The default is http://127.0.0.1:4327 (a Hub on the same machine). The --hub value accepts three URL forms:

Form	Example	When to use
`http://` / `https://`	`https://hub.example.com`	Remote or networked Hub (the common case).
`unix:<socket-path>`	`unix:/run/leapmux/hub.sock`	Hub on the same machine, over a Unix domain socket. Unix/macOS only.
`npipe:<pipe-name>`	`npipe:leapmux-hub`	Hub on the same machine, over a Windows named pipe. Windows only.

The two local-IPC forms exist for co-located setups (notably the desktop app’s local-only mode, where the Hub never opens a TCP port at all). On a remote Hub you will always use http:// or https://.

Tip: Every Worker flag has an environment-variable equivalent with the prefix LEAPMUX_WORKER_ — for example LEAPMUX_WORKER_HUB and LEAPMUX_WORKER_REGISTRATION_KEY. This is handy for containers and systemd units. See Configuration for the full precedence rules.

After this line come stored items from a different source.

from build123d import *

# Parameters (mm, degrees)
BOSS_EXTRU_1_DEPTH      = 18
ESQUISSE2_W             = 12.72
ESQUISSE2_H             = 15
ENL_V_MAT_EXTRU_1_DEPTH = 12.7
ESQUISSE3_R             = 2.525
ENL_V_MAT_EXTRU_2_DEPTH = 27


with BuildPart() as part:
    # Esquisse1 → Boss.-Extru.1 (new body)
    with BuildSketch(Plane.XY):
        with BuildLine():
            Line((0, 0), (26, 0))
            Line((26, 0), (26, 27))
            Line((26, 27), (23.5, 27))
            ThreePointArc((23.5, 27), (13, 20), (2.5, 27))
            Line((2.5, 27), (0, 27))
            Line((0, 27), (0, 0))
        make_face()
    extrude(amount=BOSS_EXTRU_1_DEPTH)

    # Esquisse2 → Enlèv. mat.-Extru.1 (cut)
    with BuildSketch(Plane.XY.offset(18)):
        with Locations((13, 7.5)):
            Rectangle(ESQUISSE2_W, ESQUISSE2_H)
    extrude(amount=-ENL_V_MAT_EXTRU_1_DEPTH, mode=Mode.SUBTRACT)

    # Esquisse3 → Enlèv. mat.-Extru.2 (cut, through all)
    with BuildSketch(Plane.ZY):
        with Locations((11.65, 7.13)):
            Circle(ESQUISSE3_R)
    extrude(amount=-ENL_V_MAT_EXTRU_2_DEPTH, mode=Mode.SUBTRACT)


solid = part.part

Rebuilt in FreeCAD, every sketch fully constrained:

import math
import FreeCAD as App
import Part
import Sketcher
from FreeCAD import Vector
Q = App.Units.Quantity


def add_polygon(sketch, points):
    """Adds a closed chain of lines whose ends are joined by coincident constraints."""
    first, n = sketch.GeometryCount, len(points)
    for a, b in zip(points, points[1:] + points[:1]):
        sketch.addGeometry(Part.LineSegment(App.Vector(*a, 0), App.Vector(*b, 0)), False)
    for i in range(n):
        sketch.addConstraint(Sketcher.Constraint("Coincident", first + i, 2, first + (i + 1) % n, 1))

doc = App.newDocument("Part")
params = doc.addObject("Spreadsheet::Sheet", "Params")
for row, (alias, value) in enumerate([
    ("sketch1_width", "26 mm"),
    ("sketch1_height", "27 mm"),
    ("sketch1_width2", "2.5 mm"),
    ("pad1_length", "18 mm"),
    ("sketch2_height", "15 mm"),
    ("sketch2_width", "12.72 mm"),
    ("pocket1_length", "12.7 mm"),
    ("sketch3_diameter", "5.05 mm"),
], start=1):
    params.set(f"A{row}", alias)
    params.set(f"B{row}", "=" + value)
    params.setAlias(f"B{row}", alias)

body = doc.addObject("PartDesign::Body", "Body")

sketch1 = doc.addObject("Sketcher::SketchObject", "Sketch")
body.addObject(sketch1)
sketch1.AttachmentSupport = (doc.XY_Plane, [""])
sketch1.MapMode = "FlatFace"
sketch1.addGeometry(Part.LineSegment(Vector(0, 0, 0), Vector(26, 0, 0)), False)
sketch1.addGeometry(Part.LineSegment(Vector(26, 0, 0), Vector(26, 27, 0)), False)
sketch1.addGeometry(Part.LineSegment(Vector(26, 27, 0), Vector(23.5, 27, 0)), False)
sketch1.addGeometry(Part.ArcOfCircle(Part.Circle(Vector(13, 31.4, 0), Vector(0, 0, 1), 11.4), math.radians(-157), math.radians(-23)), False)
sketch1.addGeometry(Part.LineSegment(Vector(2.5, 27, 0), Vector(0, 27, 0)), False)
sketch1.addGeometry(Part.LineSegment(Vector(0, 27, 0), Vector(0, 0, 0)), False)
sketch1.addConstraint(Sketcher.Constraint("Coincident", 0, 2, 1, 1))
sketch1.addConstraint(Sketcher.Constraint("Coincident", 1, 2, 2, 1))
sketch1.addConstraint(Sketcher.Constraint("Coincident", 2, 2, 3, 2))
sketch1.addConstraint(Sketcher.Constraint("Coincident", 3, 1, 4, 1))
sketch1.addConstraint(Sketcher.Constraint("Coincident", 4, 2, 5, 1))
sketch1.addConstraint(Sketcher.Constraint("Coincident", 5, 2, 0, 1))
sketch1.addConstraint(Sketcher.Constraint("Horizontal", 0))
sketch1.addConstraint(Sketcher.Constraint("Vertical", 1))
sketch1.addConstraint(Sketcher.Constraint("Horizontal", 2))
sketch1.addConstraint(Sketcher.Constraint("Horizontal", 4))
sketch1.addConstraint(Sketcher.Constraint("Vertical", 5))
sketch1.addConstraint(Sketcher.Constraint("Coincident", 5, 2, -1, 1))
sketch1.addConstraint(Sketcher.Constraint("Horizontal", 2, 2, 3, 1))
sketch1.addConstraint(Sketcher.Constraint("Equal", 2, 4))
sketch1.addConstraint(Sketcher.Constraint("DistanceX", 0, 1, 0, 2, Q("26 mm")))
sketch1.addConstraint(Sketcher.Constraint("DistanceY", 1, 1, 1, 2, Q("27 mm")))
sketch1.addConstraint(Sketcher.Constraint("DistanceX", 2, 2, 2, 1, Q("2.5 mm")))
sketch1.addConstraint(Sketcher.Constraint("Radius", 3, Q("11.375 mm")))
sketch1.setExpression("Constraints[14]", "Params.sketch1_width")
sketch1.setExpression("Constraints[15]", "Params.sketch1_height")
sketch1.setExpression("Constraints[16]", "Params.sketch1_width2")
pad1 = doc.addObject("PartDesign::Pad", "Pad")
body.addObject(pad1)
pad1.Profile = sketch1
pad1.setExpression("Length", "Params.pad1_length")

sketch2 = doc.addObject("Sketcher::SketchObject", "Sketch001")
body.addObject(sketch2)
sketch2.AttachmentSupport = (doc.XY_Plane, [""])
sketch2.MapMode = "FlatFace"
sketch2.AttachmentOffset = App.Placement(Vector(0, 0, 18), App.Rotation())
add_polygon(sketch2, [(7, 15), (7, 0), (19, 0), (19, 15)])
sketch2.addConstraint(Sketcher.Constraint("Vertical", 0))
sketch2.addConstraint(Sketcher.Constraint("Horizontal", 1))
sketch2.addConstraint(Sketcher.Constraint("Vertical", 2))
sketch2.addConstraint(Sketcher.Constraint("Horizontal", 3))
sketch2.addConstraint(Sketcher.Constraint("PointOnObject", 0, 2, -1))
sketch2.addConstraint(Sketcher.Constraint("DistanceY", 0, 2, 0, 1, Q("15 mm")))
sketch2.addConstraint(Sketcher.Constraint("DistanceX", 1, 1, 1, 2, Q("12.72 mm")))
sketch2.addConstraint(Sketcher.Constraint("DistanceX", -1, 1, 0, 2, Q("6.64 mm")))
sketch2.setExpression("Constraints[9]", "Params.sketch2_height")
sketch2.setExpression("Constraints[10]", "Params.sketch2_width")
pocket1 = doc.addObject("PartDesign::Pocket", "Pocket")
body.addObject(pocket1)
pocket1.Profile = sketch2
pocket1.setExpression("Length", "Params.pocket1_length")

sketch3 = doc.addObject("Sketcher::SketchObject", "Sketch002")
body.addObject(sketch3)
sketch3.AttachmentSupport = (doc.YZ_Plane, [""])
sketch3.MapMode = "FlatFace"
sketch3.addGeometry(Part.Circle(Vector(7.1, 11.7, 0), Vector(0, 0, 1), 2.5), False)
sketch3.addConstraint(Sketcher.Constraint("Diameter", 0, Q("5.05 mm")))
sketch3.addConstraint(Sketcher.Constraint("DistanceX", -1, 1, 0, 3, Q("7.13 mm")))
sketch3.addConstraint(Sketcher.Constraint("DistanceY", -1, 1, 0, 3, Q("11.65 mm")))
sketch3.setExpression("Constraints[0]", "Params.sketch3_diameter")
pocket2 = doc.addObject("PartDesign::Pocket", "Pocket001")
body.addObject(pocket2)
pocket2.Profile = sketch3
pocket2.Type = "ThroughAll"
pocket2.Reversed = True

doc.recompute()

Where the Worker keeps its state

On first run the Worker generates a persistent composite keypair (its long-term identity — see TOFU key pinning below) and, after registering, stores its credentials. Both live under the Worker’s data directory (--data-dir). --data-dir defaults to ., which is resolved relative to the config file’s directory if a config file is present, or to ~/.config/leapmux/worker when there is no config file. So out of the box the Worker keeps its state in ~/.config/leapmux/worker:

state.json — the Worker ID, auth token, and keypair (file mode 0600).
worker.db — the Worker’s local SQLite database (agent and terminal state).

The auth token in state.json is what lets the Worker reconnect after a restart without re-registering. Keep this file private; it is the Worker’s credential.

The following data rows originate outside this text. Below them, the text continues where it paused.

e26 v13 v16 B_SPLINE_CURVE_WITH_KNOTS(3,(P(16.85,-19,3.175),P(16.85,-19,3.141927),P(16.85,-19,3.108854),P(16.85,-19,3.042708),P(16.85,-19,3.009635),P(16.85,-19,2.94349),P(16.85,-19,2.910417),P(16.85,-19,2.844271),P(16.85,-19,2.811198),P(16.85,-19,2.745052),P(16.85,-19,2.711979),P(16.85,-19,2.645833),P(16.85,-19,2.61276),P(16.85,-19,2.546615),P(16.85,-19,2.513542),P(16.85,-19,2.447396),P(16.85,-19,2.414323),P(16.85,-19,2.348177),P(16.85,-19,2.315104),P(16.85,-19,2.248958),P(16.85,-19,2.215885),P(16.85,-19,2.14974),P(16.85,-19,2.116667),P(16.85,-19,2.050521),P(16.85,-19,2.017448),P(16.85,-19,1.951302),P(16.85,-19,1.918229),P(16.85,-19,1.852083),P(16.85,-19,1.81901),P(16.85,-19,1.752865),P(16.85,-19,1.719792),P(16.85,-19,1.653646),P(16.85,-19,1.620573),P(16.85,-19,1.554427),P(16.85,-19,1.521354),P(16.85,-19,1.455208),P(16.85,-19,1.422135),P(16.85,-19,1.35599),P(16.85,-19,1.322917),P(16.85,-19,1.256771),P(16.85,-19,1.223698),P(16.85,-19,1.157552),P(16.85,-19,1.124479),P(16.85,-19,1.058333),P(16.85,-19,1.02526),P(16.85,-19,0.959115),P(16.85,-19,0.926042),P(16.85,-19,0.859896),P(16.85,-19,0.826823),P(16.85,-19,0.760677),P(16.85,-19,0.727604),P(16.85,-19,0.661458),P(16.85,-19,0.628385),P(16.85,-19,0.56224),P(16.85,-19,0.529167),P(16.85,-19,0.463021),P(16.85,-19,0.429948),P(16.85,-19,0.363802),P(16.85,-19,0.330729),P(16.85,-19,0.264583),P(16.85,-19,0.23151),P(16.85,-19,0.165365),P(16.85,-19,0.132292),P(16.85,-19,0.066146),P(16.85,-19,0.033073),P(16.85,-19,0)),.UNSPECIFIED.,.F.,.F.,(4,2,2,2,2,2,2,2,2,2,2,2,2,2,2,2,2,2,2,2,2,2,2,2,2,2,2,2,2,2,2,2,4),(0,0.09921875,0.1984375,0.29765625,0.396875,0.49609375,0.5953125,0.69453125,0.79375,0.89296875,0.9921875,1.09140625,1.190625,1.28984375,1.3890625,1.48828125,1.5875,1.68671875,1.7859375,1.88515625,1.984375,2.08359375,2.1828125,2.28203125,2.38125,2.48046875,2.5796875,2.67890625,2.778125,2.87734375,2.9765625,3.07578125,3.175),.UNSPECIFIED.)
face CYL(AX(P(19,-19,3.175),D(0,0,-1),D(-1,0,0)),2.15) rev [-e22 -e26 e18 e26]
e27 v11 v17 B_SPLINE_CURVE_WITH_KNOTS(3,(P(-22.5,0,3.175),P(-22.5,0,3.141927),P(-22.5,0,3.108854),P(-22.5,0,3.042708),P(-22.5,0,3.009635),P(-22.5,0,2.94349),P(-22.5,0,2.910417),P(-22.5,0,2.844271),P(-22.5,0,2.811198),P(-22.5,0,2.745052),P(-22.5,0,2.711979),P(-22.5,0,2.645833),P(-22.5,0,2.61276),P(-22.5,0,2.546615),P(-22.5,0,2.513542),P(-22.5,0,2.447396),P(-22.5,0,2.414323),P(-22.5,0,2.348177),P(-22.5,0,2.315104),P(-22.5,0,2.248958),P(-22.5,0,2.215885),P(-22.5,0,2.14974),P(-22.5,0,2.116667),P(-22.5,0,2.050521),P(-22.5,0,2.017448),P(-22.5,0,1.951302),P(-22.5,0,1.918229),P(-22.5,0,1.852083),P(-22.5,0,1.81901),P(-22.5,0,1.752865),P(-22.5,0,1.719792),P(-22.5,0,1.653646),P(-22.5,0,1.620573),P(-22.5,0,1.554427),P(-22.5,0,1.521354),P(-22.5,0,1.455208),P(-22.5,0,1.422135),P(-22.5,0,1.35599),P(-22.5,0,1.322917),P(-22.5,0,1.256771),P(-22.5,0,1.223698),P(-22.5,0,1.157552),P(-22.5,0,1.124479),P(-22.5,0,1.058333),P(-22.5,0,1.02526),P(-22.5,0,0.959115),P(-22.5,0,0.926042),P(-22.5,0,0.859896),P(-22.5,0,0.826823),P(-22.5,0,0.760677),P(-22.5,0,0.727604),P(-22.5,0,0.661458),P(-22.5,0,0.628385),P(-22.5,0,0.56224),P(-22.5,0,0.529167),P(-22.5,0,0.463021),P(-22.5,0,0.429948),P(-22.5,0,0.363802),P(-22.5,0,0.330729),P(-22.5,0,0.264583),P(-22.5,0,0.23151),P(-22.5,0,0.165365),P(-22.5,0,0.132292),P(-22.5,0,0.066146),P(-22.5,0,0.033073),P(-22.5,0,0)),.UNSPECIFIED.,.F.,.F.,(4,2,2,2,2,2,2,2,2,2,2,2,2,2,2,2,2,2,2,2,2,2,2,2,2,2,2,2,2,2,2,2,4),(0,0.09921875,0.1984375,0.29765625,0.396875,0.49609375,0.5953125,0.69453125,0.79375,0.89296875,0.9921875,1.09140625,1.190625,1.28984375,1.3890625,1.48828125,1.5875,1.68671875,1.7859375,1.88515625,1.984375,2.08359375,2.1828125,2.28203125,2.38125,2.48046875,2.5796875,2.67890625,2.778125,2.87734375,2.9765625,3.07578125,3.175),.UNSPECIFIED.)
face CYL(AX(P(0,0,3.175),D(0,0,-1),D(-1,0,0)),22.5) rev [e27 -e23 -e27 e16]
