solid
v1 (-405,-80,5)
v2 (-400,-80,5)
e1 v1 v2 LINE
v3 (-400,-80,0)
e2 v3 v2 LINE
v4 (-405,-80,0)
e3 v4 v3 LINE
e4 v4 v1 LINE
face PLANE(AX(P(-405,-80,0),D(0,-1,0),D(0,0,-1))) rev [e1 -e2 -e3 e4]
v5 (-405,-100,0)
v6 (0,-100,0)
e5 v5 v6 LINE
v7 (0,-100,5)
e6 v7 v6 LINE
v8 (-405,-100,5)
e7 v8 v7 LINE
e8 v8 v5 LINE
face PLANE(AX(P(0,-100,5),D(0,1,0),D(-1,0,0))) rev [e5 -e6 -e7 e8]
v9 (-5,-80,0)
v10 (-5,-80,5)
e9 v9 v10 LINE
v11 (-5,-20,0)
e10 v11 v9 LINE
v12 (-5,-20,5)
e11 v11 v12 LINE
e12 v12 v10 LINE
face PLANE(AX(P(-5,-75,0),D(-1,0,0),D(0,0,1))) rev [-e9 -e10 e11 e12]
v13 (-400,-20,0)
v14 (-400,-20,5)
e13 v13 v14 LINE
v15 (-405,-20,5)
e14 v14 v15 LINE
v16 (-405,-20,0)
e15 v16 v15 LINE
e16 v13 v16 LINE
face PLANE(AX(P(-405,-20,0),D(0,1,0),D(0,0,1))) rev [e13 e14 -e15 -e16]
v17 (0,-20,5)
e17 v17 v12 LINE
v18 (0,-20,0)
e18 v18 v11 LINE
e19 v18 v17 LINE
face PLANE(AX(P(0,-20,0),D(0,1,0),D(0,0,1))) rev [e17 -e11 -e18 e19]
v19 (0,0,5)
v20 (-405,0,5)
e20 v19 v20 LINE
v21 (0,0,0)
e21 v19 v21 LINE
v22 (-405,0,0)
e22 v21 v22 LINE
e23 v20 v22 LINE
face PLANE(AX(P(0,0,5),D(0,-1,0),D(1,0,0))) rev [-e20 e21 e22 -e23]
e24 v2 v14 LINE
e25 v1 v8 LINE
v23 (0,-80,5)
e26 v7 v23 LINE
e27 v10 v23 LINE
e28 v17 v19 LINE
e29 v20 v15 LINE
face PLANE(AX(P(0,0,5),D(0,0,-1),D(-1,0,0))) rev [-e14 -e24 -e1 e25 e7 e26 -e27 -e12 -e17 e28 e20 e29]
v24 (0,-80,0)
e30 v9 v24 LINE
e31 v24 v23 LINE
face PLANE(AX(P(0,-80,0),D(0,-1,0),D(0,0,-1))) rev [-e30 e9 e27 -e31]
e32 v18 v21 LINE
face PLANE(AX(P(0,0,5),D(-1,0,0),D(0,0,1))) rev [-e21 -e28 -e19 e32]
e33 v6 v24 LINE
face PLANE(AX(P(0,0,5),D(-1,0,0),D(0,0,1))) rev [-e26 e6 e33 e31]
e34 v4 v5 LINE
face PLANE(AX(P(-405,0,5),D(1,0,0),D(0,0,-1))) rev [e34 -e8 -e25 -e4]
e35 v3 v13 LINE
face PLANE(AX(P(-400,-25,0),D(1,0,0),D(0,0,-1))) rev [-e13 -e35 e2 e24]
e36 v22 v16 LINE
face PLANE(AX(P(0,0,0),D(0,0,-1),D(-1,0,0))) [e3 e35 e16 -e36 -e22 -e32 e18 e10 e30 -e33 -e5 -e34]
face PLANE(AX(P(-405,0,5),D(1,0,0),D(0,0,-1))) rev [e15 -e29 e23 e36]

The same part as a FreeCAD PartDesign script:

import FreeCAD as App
import Part
import Sketcher

V = App.Vector


def add_polygon(sketch, points):
    """Adds a closed chain of lines whose ends are joined by coincident constraints."""
    first, n = sketch.GeometryCount, len(points)
    for a, b in zip(points, points[1:] + points[:1]):
        sketch.addGeometry(Part.LineSegment(App.Vector(*a, 0), App.Vector(*b, 0)), False)
    for i in range(n):
        sketch.addConstraint(Sketcher.Constraint("Coincident", first + i, 2, first + (i + 1) % n, 1))

doc = App.newDocument("Part")
body = doc.addObject("PartDesign::Body", "Body")

# Sketch on XY plane
sketch1 = body.newObject("Sketcher::SketchObject", "Sketch")
sketch1.AttachmentSupport = (doc.getObject("XY_Plane"), [""])
sketch1.MapMode = "FlatFace"
add_polygon(sketch1, [(-405, 0), (-405, -100), (0, -100), (0, 0)])  # lines 0-3
sketch1.addConstraint([
    Sketcher.Constraint("Vertical", 0),
    Sketcher.Constraint("Horizontal", 1),
    Sketcher.Constraint("Vertical", 2),
    Sketcher.Constraint("Horizontal", 3),
    Sketcher.Constraint("Coincident", 2, 2, -1, 1),
    Sketcher.Constraint("DistanceX", 1, 1, 1, 2, 405.0),
    Sketcher.Constraint("DistanceY", 0, 2, 0, 1, 100.0),
])
pad1 = body.newObject("PartDesign::Pad", "Pad")
pad1.Profile = sketch1
pad1.Length = 5

# Sketch on XY plane
sketch2 = body.newObject("Sketcher::SketchObject", "Sketch001")
sketch2.AttachmentSupport = (doc.getObject("XY_Plane"), [""])
sketch2.MapMode = "FlatFace"
sketch2.AttachmentOffset = App.Placement(V(0, 0, 5), App.Rotation())
add_polygon(sketch2, [(-405, -75), (-405, -80), (-400, -80), (-400, -75)])  # lines 0-3
add_polygon(sketch2, [(-405, -20), (-405, -25), (-400, -25), (-400, -20)])  # lines 4-7
add_polygon(sketch2, [(-5, -20), (-5, -25), (0, -25), (0, -20)])  # lines 8-11
add_polygon(sketch2, [(-5, -75), (-5, -80), (0, -80), (0, -75)])  # lines 12-15
sketch2.addConstraint([
    Sketcher.Constraint("Vertical", 0),
    Sketcher.Constraint("Horizontal", 1),
    Sketcher.Constraint("Vertical", 2),
    Sketcher.Constraint("Horizontal", 3),
    Sketcher.Constraint("Vertical", 4),
    Sketcher.Constraint("Horizontal", 5),
    Sketcher.Constraint("Vertical", 6),
    Sketcher.Constraint("Horizontal", 7),
    Sketcher.Constraint("Vertical", 8),
    Sketcher.Constraint("Horizontal", 9),
    Sketcher.Constraint("Vertical", 10),
    Sketcher.Constraint("Horizontal", 11),
    Sketcher.Constraint("Vertical", 12),
    Sketcher.Constraint("Horizontal", 13),
    Sketcher.Constraint("Vertical", 14),
    Sketcher.Constraint("Horizontal", 15),
    Sketcher.Constraint("PointOnObject", 9, 2, -2),
    Sketcher.Constraint("PointOnObject", 13, 2, -2),
    Sketcher.Constraint("Horizontal", 5, 2, 8, 2),
    Sketcher.Constraint("Horizontal", 7, 2, 10, 2),
    Sketcher.Constraint("Horizontal", 1, 2, 12, 2),
    Sketcher.Constraint("Horizontal", 3, 2, 14, 2),
    Sketcher.Constraint("Vertical", 3, 2, 4, 2),
    Sketcher.Constraint("Vertical", 2, 2, 5, 2),
    Sketcher.Constraint("Vertical", 11, 2, 12, 2),
    Sketcher.Constraint("Equal", 7, 9),
    Sketcher.Constraint("Equal", 15, 0),
    Sketcher.Constraint("Equal", 2, 4),
    Sketcher.Constraint("DistanceX", 1, 1, 1, 2, 5.0),
    Sketcher.Constraint("DistanceX", 0, 2, -1, 1, 405.0),
    Sketcher.Constraint("DistanceY", 0, 2, -1, 1, 80.0),
    Sketcher.Constraint("DistanceY", 4, 2, -1, 1, 25.0),
])
pocket1 = body.newObject("PartDesign::Pocket", "Pocket")
pocket1.Profile = sketch2
pocket1.Length = 5

# Sketch on XY plane
sketch3 = body.newObject("Sketcher::SketchObject", "Sketch002")
sketch3.AttachmentSupport = (doc.getObject("XY_Plane"), [""])
sketch3.MapMode = "FlatFace"
sketch3.AttachmentOffset = App.Placement(V(0, 0, 5), App.Rotation())
add_polygon(sketch3, [(-405, -30), (-405, -25), (-415, -25), (-415, -75), (-405, -75), (-405, -70), (-410, -70), (-410, -30)])  # lines 0-7
add_polygon(sketch3, [(0, -30), (5, -30), (5, -70), (0, -70), (0, -75), (10, -75), (10, -25), (0, -25)])  # lines 8-15
sketch3.addConstraint([
    Sketcher.Constraint("Vertical", 0),
    Sketcher.Constraint("Horizontal", 1),
    Sketcher.Constraint("Vertical", 2),
    Sketcher.Constraint("Horizontal", 3),
    Sketcher.Constraint("Vertical", 4),
    Sketcher.Constraint("Horizontal", 5),
    Sketcher.Constraint("Vertical", 6),
    Sketcher.Constraint("Horizontal", 7),
    Sketcher.Constraint("Horizontal", 8),
    Sketcher.Constraint("Vertical", 9),
    Sketcher.Constraint("Horizontal", 10),
    Sketcher.Constraint("Vertical", 11),
    Sketcher.Constraint("Horizontal", 12),
    Sketcher.Constraint("Vertical", 13),
    Sketcher.Constraint("Horizontal", 14),
    Sketcher.Constraint("Vertical", 15),
    Sketcher.Constraint("PointOnObject", 10, 2, -2),
    Sketcher.Constraint("PointOnObject", 14, 2, -2),
    Sketcher.Constraint("Horizontal", 7, 2, 8, 2),
    Sketcher.Constraint("Horizontal", 5, 2, 9, 2),
    Sketcher.Constraint("Horizontal", 3, 2, 11, 2),
    Sketcher.Constraint("Horizontal", 1, 2, 13, 2),
    Sketcher.Constraint("Vertical", 0, 2, 3, 2),
    Sketcher.Constraint("Equal", 7, 8),
    Sketcher.Constraint("Equal", 3, 12),
    Sketcher.Constraint("Equal", 10, 0),
    Sketcher.Constraint("Equal", 0, 4),
    Sketcher.Constraint("DistanceX", 1, 2, 1, 1, 10.0),
    Sketcher.Constraint("DistanceX", 5, 2, 5, 1, 5.0),
    Sketcher.Constraint("DistanceY", 2, 2, 2, 1, 50.0),
    Sketcher.Constraint("DistanceX", 0, 2, -1, 1, 405.0),
    Sketcher.Constraint("DistanceY", 0, 2, -1, 1, 25.0),
])
pad2 = body.newObject("PartDesign::Pad", "Pad001")
pad2.Profile = sketch3
pad2.Length = 5
pad2.Reversed = True

# Sketch on XY plane
sketch4 = body.newObject("Sketcher::SketchObject", "Sketch003")
sketch4.AttachmentSupport = (doc.getObject("XY_Plane"), [""])
sketch4.MapMode = "FlatFace"
sketch4.AttachmentOffset = App.Placement(V(0, 0, 5), App.Rotation())
add_polygon(sketch4, [(-5, -25), (-5, -75), (10, -75), (10, -25)])  # lines 0-3
add_polygon(sketch4, [(-415, -25), (-415, -75), (-400, -75), (-400, -25)])  # lines 4-7
sketch4.addConstraint([
    Sketcher.Constraint("Vertical", 0),
    Sketcher.Constraint("Horizontal", 1),
    Sketcher.Constraint("Vertical", 2),
    Sketcher.Constraint("Horizontal", 3),
    Sketcher.Constraint("Vertical", 4),
    Sketcher.Constraint("Horizontal", 5),
    Sketcher.Constraint("Vertical", 6),
    Sketcher.Constraint("Horizontal", 7),
    Sketcher.Constraint("Horizontal", 1, 2, 4, 2),
    Sketcher.Constraint("Horizontal", 3, 2, 6, 2),
    Sketcher.Constraint("Equal", 3, 5),
    Sketcher.Constraint("DistanceX", 1, 1, 1, 2, 15.0),
    Sketcher.Constraint("DistanceY", 0, 2, 0, 1, 50.0),
    Sketcher.Constraint("DistanceX", 0, 2, -1, 1, 5.0),
    Sketcher.Constraint("DistanceY", 0, 2, -1, 1, 75.0),
    Sketcher.Constraint("DistanceX", 4, 2, -1, 1, 415.0),
])
pocket2 = body.newObject("PartDesign::Pocket", "Pocket001")
pocket2.Profile = sketch4
pocket2.Length = 5

doc.recompute()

Registration: the “approval” model

Before a Worker can connect, it must be registered with the Hub. LeapMux has no separate “pending approval” queue where an admin clicks Approve after a Worker dials in. Instead, the approval is the registration key: anyone who hands a Worker a valid registration key has already approved it. Presenting a valid key in the registration handshake atomically consumes the key and creates a live, active Worker in a single step.

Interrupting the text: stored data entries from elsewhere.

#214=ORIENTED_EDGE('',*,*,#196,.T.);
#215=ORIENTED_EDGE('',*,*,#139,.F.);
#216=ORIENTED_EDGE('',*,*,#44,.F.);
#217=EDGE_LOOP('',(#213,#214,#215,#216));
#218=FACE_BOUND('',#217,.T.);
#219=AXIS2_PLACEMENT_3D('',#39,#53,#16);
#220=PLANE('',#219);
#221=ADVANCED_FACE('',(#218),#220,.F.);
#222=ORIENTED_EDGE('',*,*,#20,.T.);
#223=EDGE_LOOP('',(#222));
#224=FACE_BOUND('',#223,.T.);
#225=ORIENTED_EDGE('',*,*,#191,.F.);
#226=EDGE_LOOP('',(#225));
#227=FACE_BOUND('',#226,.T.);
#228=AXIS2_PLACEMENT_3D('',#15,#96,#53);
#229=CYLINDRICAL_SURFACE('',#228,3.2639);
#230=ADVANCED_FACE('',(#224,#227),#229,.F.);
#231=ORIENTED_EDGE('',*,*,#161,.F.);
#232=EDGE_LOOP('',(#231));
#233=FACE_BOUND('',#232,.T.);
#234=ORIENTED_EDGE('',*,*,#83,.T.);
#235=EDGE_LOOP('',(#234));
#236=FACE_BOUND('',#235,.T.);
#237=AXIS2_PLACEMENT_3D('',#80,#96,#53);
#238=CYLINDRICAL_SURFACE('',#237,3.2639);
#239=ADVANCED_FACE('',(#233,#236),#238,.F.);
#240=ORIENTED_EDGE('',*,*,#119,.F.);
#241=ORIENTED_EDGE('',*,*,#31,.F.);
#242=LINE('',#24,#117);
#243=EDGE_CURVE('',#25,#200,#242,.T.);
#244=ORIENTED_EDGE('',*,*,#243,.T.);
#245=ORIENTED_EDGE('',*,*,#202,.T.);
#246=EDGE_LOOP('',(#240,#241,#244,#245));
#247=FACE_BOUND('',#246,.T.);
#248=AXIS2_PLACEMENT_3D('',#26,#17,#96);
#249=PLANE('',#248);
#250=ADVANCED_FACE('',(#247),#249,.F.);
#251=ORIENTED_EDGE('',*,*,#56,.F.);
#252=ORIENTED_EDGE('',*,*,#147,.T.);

This keeps the model simple: to authorize a new machine, you mint a key and run the Worker with it.

Registration is one outbound step — there is no separate approve action:

   ┌──────────────────┐   1. mint key   ┌──────────────────┐
   │  Admin / User    │────────────────►│       Hub        │
   │  (Register       │                 │  (reachable      │
   │   worker dialog) │                 │   address)       │
   └──────────────────┘                 └──────────────────┘
          │                                    ▲
          │ 2. hand off                        │ 3. dial OUT with key
          │    --registration-key              │    (outbound,
          ▼                                    │     NAT-friendly)
   ┌──────────────────┐                        │
   │     Worker       │────────────────────────┘
   │  (behind NAT /   │
   │   firewall)      │   4. Hub validates + consumes the key atomically
   └──────────────────┘      → Worker is registered + active (then connects to come online)

Minting a registration key in the UI

This is the everyday path for users.

In the sidebar, find the Workers section header and click the + button (titled Register worker).
The Register worker dialog opens and immediately mints a key, showing a ready-to-run command:
```
leapmux worker --hub https://hub.example.com --registration-key <key>
```
The --hub value is filled in with the address your Hub advertises (falling back to the URL in your browser’s address bar).
Copy the command with Copy command and run it on the machine where the Worker should live.

The dialog explains the key’s lifetime in plain terms: “This registration key is only valid while this dialog stays open. If you close the dialog, the key is destroyed and you’ll need to start over.” Keys are short-lived (5 minutes), but the dialog auto-extends the key as long as it stays open, so you have time to switch machines and paste the command.

Note: If your Hub has email configured and your account email is verified, the dialog also offers Send email, which mails the command to your verified address — useful when the target machine is elsewhere. The button is hidden in solo mode and on Hubs without SMTP, and disabled until your email is verified. See Accounts & Authentication for email verification.

Running the Worker with the key

On the target machine, run the generated command. What happens next:

First run, no key → the Worker refuses to start: worker is unregistered: pass --registration-key <key> from the hub UI. A bare Worker cannot self-register; it always needs a key.
First run, valid key → the Worker registers, saves its credentials to state.json, logs credentials saved, and connects. It is now active.
Already registered, but a key was passed anyway → the Worker refuses: worker is already registered; remove --registration-key or wipe local state to re-register. This protects you from accidentally burning a fresh key on a machine that is already set up. After the first successful run, drop --registration-key from your command, env, or config — the saved token handles reconnection.

The --registration-key value is never written to disk; only the resulting auth token is persisted.

Why a registration might be rejected

The Worker distinguishes transient from permanent failures:

Hub unreachable (network error) → retried automatically with exponential backoff. Leave the Worker running and it will connect once the Hub is reachable.
Invalid, expired, or already-consumed key → rejected immediately, no retry: registration rejected: ... with the underlying reason registration key invalid or already consumed. Mint a fresh key and try again.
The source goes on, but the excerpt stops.